==== RECORDED INFORMATION
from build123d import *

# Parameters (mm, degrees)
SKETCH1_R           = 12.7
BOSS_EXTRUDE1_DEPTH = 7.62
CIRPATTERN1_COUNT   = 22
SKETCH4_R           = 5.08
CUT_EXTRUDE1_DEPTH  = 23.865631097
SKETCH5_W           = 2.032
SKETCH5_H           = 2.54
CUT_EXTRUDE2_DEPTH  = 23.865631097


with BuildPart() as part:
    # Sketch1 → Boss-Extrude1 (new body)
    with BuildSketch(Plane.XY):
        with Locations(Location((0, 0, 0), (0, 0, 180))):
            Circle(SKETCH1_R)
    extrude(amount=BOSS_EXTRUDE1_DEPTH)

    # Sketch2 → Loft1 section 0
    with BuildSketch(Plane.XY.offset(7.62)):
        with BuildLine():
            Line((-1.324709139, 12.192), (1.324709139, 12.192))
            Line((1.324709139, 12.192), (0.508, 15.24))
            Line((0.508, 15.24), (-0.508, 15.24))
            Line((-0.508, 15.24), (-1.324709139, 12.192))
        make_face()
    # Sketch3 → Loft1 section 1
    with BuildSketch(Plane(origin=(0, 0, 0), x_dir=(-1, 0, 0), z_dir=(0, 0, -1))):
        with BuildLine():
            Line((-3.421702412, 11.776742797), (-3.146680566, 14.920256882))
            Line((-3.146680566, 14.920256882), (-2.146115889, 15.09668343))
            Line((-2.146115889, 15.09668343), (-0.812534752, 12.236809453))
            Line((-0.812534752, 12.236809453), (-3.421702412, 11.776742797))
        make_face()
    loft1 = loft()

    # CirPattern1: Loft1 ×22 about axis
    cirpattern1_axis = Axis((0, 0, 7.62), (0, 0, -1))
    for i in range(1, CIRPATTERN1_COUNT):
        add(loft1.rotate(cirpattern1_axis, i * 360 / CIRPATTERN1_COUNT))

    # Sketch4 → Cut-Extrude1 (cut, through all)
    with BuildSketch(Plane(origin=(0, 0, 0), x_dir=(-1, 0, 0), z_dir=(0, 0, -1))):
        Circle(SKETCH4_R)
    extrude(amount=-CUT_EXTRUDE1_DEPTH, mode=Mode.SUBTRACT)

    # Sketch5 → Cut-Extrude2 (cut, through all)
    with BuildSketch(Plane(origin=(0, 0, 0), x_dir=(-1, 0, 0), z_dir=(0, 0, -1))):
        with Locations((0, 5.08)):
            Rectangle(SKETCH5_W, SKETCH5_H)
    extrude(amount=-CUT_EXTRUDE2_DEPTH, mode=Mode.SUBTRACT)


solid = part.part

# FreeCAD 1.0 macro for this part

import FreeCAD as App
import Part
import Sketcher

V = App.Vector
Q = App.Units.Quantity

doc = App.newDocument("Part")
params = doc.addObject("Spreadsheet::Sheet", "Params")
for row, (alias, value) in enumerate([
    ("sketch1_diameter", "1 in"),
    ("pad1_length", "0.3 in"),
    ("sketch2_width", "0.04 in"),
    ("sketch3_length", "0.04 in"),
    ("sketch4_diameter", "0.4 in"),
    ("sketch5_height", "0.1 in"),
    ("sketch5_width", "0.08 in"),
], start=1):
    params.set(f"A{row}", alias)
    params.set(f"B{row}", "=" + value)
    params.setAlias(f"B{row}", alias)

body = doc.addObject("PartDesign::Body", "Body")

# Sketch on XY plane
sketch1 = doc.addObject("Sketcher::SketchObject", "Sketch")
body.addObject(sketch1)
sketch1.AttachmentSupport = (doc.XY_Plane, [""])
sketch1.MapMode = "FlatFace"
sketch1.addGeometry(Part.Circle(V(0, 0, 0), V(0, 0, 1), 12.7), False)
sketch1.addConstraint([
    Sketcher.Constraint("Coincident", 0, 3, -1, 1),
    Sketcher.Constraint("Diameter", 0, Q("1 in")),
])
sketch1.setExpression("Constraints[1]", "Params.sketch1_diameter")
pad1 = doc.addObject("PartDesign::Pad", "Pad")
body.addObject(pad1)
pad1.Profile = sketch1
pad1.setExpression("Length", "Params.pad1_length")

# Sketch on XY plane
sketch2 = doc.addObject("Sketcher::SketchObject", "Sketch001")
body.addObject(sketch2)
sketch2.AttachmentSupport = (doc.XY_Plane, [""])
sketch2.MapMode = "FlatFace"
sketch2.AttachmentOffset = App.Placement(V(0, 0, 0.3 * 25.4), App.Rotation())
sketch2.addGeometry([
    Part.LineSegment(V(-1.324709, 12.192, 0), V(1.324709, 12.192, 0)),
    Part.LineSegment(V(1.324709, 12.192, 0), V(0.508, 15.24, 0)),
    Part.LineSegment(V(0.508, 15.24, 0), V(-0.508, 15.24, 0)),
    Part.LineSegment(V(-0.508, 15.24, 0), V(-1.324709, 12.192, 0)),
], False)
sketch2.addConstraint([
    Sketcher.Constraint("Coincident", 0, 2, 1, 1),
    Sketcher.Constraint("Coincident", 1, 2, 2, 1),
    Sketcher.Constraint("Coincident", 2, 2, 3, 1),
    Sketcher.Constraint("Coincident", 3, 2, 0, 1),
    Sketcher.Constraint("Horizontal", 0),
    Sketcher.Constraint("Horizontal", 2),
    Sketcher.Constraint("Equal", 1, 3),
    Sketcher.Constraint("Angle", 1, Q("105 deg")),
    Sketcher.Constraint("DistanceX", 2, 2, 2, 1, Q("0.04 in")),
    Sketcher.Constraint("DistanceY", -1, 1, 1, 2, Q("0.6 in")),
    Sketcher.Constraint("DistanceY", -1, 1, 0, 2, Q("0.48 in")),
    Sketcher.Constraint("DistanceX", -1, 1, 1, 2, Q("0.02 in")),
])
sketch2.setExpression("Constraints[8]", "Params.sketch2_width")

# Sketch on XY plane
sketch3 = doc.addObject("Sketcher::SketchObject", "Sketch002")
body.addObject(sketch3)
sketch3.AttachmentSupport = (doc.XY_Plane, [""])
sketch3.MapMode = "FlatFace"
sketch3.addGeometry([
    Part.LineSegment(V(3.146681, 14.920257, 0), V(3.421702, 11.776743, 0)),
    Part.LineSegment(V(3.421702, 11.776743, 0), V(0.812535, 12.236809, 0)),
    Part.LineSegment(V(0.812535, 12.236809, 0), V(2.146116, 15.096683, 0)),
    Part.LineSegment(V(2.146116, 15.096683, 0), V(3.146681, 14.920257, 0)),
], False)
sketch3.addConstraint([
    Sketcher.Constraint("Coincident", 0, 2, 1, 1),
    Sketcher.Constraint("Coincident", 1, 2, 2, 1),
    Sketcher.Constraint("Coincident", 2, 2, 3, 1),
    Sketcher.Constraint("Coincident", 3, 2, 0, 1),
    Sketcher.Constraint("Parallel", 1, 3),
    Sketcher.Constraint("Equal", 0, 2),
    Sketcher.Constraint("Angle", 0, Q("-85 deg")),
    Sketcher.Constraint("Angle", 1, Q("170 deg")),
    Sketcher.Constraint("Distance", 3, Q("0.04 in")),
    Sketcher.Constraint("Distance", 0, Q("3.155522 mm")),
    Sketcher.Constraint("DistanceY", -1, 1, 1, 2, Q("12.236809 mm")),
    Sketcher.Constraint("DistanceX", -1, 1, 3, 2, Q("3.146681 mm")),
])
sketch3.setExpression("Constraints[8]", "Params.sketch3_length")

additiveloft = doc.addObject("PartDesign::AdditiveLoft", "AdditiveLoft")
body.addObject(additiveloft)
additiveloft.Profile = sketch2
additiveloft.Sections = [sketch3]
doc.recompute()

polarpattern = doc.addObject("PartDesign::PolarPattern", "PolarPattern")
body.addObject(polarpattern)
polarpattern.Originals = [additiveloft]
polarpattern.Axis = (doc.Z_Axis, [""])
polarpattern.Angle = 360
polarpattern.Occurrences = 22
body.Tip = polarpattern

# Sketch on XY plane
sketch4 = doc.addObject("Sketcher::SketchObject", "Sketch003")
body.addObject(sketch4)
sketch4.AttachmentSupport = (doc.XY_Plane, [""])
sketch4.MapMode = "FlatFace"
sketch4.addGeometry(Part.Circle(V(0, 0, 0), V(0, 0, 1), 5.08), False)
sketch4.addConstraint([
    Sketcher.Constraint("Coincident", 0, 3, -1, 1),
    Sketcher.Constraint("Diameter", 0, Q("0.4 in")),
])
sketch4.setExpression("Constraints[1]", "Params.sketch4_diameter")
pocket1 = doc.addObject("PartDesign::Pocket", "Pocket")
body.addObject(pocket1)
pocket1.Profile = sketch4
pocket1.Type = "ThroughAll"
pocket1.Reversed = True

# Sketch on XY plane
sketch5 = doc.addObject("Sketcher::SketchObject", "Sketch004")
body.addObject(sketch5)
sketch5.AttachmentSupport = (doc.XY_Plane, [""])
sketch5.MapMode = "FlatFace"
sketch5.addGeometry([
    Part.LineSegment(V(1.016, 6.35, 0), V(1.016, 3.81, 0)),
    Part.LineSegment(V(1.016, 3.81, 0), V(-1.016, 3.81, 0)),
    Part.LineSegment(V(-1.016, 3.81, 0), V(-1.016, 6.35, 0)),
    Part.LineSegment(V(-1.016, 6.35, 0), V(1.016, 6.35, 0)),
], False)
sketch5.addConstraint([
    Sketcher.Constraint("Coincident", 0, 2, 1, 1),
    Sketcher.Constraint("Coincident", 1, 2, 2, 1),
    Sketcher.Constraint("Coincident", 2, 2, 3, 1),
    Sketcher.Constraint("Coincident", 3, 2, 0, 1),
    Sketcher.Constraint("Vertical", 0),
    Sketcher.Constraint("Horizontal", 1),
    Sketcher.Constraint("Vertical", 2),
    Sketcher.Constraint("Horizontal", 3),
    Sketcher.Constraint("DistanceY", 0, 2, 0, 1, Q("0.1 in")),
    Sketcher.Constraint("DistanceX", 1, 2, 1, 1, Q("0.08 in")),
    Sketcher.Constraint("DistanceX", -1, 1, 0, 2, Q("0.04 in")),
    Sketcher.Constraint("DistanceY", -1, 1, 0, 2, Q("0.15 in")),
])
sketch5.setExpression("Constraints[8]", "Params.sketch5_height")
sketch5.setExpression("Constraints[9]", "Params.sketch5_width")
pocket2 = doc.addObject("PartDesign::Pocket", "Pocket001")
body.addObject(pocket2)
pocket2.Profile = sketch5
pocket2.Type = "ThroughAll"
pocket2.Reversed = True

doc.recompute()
========
==== RECORDED INFORMATION
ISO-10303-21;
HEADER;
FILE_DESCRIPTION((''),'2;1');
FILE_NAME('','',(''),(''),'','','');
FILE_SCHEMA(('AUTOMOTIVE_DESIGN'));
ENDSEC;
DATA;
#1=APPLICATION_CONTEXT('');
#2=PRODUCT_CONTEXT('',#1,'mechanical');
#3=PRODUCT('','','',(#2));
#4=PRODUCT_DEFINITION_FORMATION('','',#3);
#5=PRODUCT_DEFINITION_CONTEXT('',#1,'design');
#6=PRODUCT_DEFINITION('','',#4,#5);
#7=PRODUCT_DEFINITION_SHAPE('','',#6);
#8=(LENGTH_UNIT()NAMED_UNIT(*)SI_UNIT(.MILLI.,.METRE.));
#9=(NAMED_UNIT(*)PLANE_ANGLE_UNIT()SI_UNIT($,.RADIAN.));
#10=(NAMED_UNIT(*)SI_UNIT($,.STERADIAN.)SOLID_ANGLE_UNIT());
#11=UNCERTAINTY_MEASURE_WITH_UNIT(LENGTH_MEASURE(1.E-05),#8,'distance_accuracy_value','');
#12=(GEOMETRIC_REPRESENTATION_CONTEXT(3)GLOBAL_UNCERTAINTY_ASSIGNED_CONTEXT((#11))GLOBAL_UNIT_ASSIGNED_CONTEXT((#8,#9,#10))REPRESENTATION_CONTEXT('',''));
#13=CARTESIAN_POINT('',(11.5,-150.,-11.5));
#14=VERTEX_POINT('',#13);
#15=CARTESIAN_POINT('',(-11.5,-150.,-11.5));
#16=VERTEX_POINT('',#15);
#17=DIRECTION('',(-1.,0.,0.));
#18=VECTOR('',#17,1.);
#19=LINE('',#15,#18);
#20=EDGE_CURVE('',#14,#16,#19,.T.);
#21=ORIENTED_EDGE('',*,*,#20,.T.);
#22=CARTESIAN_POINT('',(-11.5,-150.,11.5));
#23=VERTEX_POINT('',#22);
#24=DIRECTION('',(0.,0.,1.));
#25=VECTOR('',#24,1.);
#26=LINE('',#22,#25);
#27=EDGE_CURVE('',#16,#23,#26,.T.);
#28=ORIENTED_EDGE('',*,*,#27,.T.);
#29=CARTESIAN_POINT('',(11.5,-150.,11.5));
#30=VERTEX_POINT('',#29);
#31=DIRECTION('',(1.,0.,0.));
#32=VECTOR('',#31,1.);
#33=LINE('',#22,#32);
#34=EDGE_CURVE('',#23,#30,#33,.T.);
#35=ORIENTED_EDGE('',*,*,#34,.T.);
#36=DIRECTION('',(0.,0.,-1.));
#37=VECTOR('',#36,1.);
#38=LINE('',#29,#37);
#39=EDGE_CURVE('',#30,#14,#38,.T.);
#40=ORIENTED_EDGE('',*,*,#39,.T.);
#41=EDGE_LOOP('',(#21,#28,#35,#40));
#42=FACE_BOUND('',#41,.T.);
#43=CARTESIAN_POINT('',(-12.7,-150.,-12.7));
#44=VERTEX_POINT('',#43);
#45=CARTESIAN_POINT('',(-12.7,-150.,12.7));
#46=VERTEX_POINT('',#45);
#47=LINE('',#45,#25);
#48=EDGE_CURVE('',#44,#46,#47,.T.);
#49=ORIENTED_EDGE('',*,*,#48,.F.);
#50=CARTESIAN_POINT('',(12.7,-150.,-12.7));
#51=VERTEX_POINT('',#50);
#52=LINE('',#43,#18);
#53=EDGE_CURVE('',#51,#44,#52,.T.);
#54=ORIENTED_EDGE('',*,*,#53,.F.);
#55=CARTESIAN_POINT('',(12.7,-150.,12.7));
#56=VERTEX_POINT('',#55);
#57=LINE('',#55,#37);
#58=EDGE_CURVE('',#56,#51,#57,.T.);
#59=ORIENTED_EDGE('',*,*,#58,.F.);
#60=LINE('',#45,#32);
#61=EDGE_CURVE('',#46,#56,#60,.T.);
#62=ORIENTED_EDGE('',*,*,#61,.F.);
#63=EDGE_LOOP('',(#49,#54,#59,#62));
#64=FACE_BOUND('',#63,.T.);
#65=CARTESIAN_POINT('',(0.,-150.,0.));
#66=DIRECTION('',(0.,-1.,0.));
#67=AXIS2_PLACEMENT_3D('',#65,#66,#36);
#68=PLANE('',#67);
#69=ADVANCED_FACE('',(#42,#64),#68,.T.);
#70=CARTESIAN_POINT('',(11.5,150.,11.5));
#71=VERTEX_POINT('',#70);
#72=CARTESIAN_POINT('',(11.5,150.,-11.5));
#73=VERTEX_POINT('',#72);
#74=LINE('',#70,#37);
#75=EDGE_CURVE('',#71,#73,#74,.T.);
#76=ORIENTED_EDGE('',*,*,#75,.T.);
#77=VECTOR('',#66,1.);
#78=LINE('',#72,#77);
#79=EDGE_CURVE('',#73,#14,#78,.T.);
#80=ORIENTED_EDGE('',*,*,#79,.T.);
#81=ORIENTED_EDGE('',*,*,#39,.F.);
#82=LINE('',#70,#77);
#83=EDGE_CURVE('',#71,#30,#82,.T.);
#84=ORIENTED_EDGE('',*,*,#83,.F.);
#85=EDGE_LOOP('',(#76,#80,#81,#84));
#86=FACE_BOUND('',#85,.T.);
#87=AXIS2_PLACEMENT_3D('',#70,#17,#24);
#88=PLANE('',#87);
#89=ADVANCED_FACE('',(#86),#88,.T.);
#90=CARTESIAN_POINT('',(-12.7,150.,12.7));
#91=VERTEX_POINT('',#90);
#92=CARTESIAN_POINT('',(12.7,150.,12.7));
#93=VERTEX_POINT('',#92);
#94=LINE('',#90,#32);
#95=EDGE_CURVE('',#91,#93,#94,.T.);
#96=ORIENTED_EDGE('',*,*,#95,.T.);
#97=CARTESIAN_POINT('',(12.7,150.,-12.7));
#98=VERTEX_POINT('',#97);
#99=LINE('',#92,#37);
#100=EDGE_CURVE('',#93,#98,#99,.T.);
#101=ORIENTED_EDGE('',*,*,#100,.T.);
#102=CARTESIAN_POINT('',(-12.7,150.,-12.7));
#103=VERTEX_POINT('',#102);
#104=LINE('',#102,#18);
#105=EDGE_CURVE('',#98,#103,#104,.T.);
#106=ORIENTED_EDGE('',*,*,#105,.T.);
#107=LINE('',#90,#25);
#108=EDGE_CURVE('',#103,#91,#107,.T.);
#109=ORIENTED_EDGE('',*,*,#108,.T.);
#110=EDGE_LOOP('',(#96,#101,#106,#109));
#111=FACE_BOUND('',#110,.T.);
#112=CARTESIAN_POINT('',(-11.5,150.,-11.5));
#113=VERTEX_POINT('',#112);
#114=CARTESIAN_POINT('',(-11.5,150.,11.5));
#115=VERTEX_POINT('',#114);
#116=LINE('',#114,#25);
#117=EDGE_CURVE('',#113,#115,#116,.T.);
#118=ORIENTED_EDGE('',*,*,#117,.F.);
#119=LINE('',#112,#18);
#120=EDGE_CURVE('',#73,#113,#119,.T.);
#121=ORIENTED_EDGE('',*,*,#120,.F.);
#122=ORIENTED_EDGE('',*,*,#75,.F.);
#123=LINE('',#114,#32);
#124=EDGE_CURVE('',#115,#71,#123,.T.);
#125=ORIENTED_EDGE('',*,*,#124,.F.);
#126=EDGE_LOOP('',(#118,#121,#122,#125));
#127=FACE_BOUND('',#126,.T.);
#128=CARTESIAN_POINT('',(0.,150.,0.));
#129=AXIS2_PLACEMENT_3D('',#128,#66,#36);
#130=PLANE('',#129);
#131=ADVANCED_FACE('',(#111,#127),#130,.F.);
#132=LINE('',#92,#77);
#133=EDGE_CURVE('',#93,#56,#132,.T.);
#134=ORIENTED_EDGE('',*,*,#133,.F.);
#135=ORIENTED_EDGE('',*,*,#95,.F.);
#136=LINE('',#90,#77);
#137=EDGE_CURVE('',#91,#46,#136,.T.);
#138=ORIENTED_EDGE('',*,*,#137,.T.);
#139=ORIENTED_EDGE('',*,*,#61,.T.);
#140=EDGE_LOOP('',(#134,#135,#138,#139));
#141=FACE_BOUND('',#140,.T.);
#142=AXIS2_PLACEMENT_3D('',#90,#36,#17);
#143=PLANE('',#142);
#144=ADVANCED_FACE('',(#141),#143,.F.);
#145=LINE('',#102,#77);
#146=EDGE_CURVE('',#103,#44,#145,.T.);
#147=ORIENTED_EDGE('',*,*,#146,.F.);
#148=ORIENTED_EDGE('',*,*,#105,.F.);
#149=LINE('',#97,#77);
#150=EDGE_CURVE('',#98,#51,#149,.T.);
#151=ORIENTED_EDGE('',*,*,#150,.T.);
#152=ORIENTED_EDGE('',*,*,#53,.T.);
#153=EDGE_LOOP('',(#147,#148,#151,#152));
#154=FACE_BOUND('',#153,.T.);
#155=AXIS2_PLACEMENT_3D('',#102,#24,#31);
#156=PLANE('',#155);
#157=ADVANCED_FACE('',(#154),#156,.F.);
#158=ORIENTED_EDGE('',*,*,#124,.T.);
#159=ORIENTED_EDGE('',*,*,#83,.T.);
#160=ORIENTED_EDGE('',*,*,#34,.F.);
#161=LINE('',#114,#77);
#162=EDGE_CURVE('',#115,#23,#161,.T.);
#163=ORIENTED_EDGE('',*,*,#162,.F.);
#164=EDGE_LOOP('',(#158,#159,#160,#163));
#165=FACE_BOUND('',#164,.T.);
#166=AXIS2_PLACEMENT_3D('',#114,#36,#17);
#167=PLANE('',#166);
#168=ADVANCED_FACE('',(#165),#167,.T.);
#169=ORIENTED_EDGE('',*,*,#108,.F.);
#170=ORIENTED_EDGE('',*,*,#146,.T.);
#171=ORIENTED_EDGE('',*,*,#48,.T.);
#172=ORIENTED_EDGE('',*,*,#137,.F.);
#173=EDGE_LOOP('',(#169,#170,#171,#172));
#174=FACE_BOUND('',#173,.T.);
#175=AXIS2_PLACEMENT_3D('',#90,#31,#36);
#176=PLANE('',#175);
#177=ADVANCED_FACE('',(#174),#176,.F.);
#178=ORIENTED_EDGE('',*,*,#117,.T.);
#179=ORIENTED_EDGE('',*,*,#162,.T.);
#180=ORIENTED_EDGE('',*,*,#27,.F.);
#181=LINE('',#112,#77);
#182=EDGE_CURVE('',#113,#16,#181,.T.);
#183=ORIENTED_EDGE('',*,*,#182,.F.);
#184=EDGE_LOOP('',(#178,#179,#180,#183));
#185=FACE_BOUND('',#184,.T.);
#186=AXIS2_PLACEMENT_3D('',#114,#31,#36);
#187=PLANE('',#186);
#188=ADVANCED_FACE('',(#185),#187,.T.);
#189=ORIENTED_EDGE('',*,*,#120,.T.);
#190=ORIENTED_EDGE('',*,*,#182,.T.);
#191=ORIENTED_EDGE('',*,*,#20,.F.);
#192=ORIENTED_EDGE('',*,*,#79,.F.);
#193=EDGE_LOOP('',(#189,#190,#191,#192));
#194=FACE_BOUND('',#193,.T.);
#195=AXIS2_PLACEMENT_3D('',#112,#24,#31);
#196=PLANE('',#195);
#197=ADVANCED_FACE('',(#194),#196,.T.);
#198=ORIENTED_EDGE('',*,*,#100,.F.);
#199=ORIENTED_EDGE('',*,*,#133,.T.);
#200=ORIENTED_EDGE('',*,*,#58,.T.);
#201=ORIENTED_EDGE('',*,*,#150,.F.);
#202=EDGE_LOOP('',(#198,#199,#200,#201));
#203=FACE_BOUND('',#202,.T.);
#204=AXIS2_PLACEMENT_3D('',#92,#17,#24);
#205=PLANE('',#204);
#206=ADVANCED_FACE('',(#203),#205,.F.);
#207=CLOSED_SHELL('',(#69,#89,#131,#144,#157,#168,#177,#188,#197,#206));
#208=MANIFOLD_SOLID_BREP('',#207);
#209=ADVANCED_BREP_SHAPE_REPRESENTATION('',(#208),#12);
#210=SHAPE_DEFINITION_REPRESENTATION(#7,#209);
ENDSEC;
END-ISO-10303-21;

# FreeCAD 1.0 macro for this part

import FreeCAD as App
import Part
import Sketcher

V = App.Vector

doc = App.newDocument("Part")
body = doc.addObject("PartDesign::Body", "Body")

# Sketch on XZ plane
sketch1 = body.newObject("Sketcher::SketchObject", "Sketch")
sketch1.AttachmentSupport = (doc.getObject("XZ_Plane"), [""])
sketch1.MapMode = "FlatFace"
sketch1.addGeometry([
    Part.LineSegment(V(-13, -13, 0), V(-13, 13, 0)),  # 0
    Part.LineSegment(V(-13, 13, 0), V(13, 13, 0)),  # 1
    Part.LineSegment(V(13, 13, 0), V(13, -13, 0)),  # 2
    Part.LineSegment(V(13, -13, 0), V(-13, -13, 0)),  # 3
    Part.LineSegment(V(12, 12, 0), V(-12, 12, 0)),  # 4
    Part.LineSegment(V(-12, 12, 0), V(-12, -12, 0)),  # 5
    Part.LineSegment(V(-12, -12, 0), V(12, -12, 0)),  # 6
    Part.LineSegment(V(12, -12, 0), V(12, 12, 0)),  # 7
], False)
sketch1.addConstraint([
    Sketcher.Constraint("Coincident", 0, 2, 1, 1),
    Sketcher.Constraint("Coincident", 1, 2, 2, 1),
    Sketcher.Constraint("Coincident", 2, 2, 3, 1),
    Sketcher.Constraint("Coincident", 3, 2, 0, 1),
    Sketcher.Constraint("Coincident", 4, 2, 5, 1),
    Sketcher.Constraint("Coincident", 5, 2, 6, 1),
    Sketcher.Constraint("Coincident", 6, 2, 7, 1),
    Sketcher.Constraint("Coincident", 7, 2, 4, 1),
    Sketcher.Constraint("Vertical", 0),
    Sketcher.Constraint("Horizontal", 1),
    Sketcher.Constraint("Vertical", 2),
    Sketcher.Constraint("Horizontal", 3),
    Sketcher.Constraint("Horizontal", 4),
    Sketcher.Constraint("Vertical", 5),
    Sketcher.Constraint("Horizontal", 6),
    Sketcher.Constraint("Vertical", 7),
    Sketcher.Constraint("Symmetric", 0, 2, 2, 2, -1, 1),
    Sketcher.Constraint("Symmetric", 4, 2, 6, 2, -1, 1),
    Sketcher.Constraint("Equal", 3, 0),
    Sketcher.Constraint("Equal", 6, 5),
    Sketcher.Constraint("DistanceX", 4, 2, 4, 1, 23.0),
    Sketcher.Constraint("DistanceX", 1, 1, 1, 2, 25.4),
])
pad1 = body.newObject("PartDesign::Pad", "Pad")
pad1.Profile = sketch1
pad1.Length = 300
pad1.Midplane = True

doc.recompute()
========
PROBLEM REQUIREMENTS:
Return the span of lines in the data above that opens at the line with "#97=CARTESIAN_POINT('',(12.7,150.,-12.7));" and closes at the line with "#113=VERTEX_POINT('',#112);", exactly, ends included, nothing else.

EXERCISE RESULT:
#97=CARTESIAN_POINT('',(12.7,150.,-12.7));
#98=VERTEX_POINT('',#97);
#99=LINE('',#92,#37);
#100=EDGE_CURVE('',#93,#98,#99,.T.);
#101=ORIENTED_EDGE('',*,*,#100,.T.);
#102=CARTESIAN_POINT('',(-12.7,150.,-12.7));
#103=VERTEX_POINT('',#102);
#104=LINE('',#102,#18);
#105=EDGE_CURVE('',#98,#103,#104,.T.);
#106=ORIENTED_EDGE('',*,*,#105,.T.);
#107=LINE('',#90,#25);
#108=EDGE_CURVE('',#103,#91,#107,.T.);
#109=ORIENTED_EDGE('',*,*,#108,.T.);
#110=EDGE_LOOP('',(#96,#101,#106,#109));
#111=FACE_BOUND('',#110,.T.);
#112=CARTESIAN_POINT('',(-11.5,150.,-11.5));
#113=VERTEX_POINT('',#112);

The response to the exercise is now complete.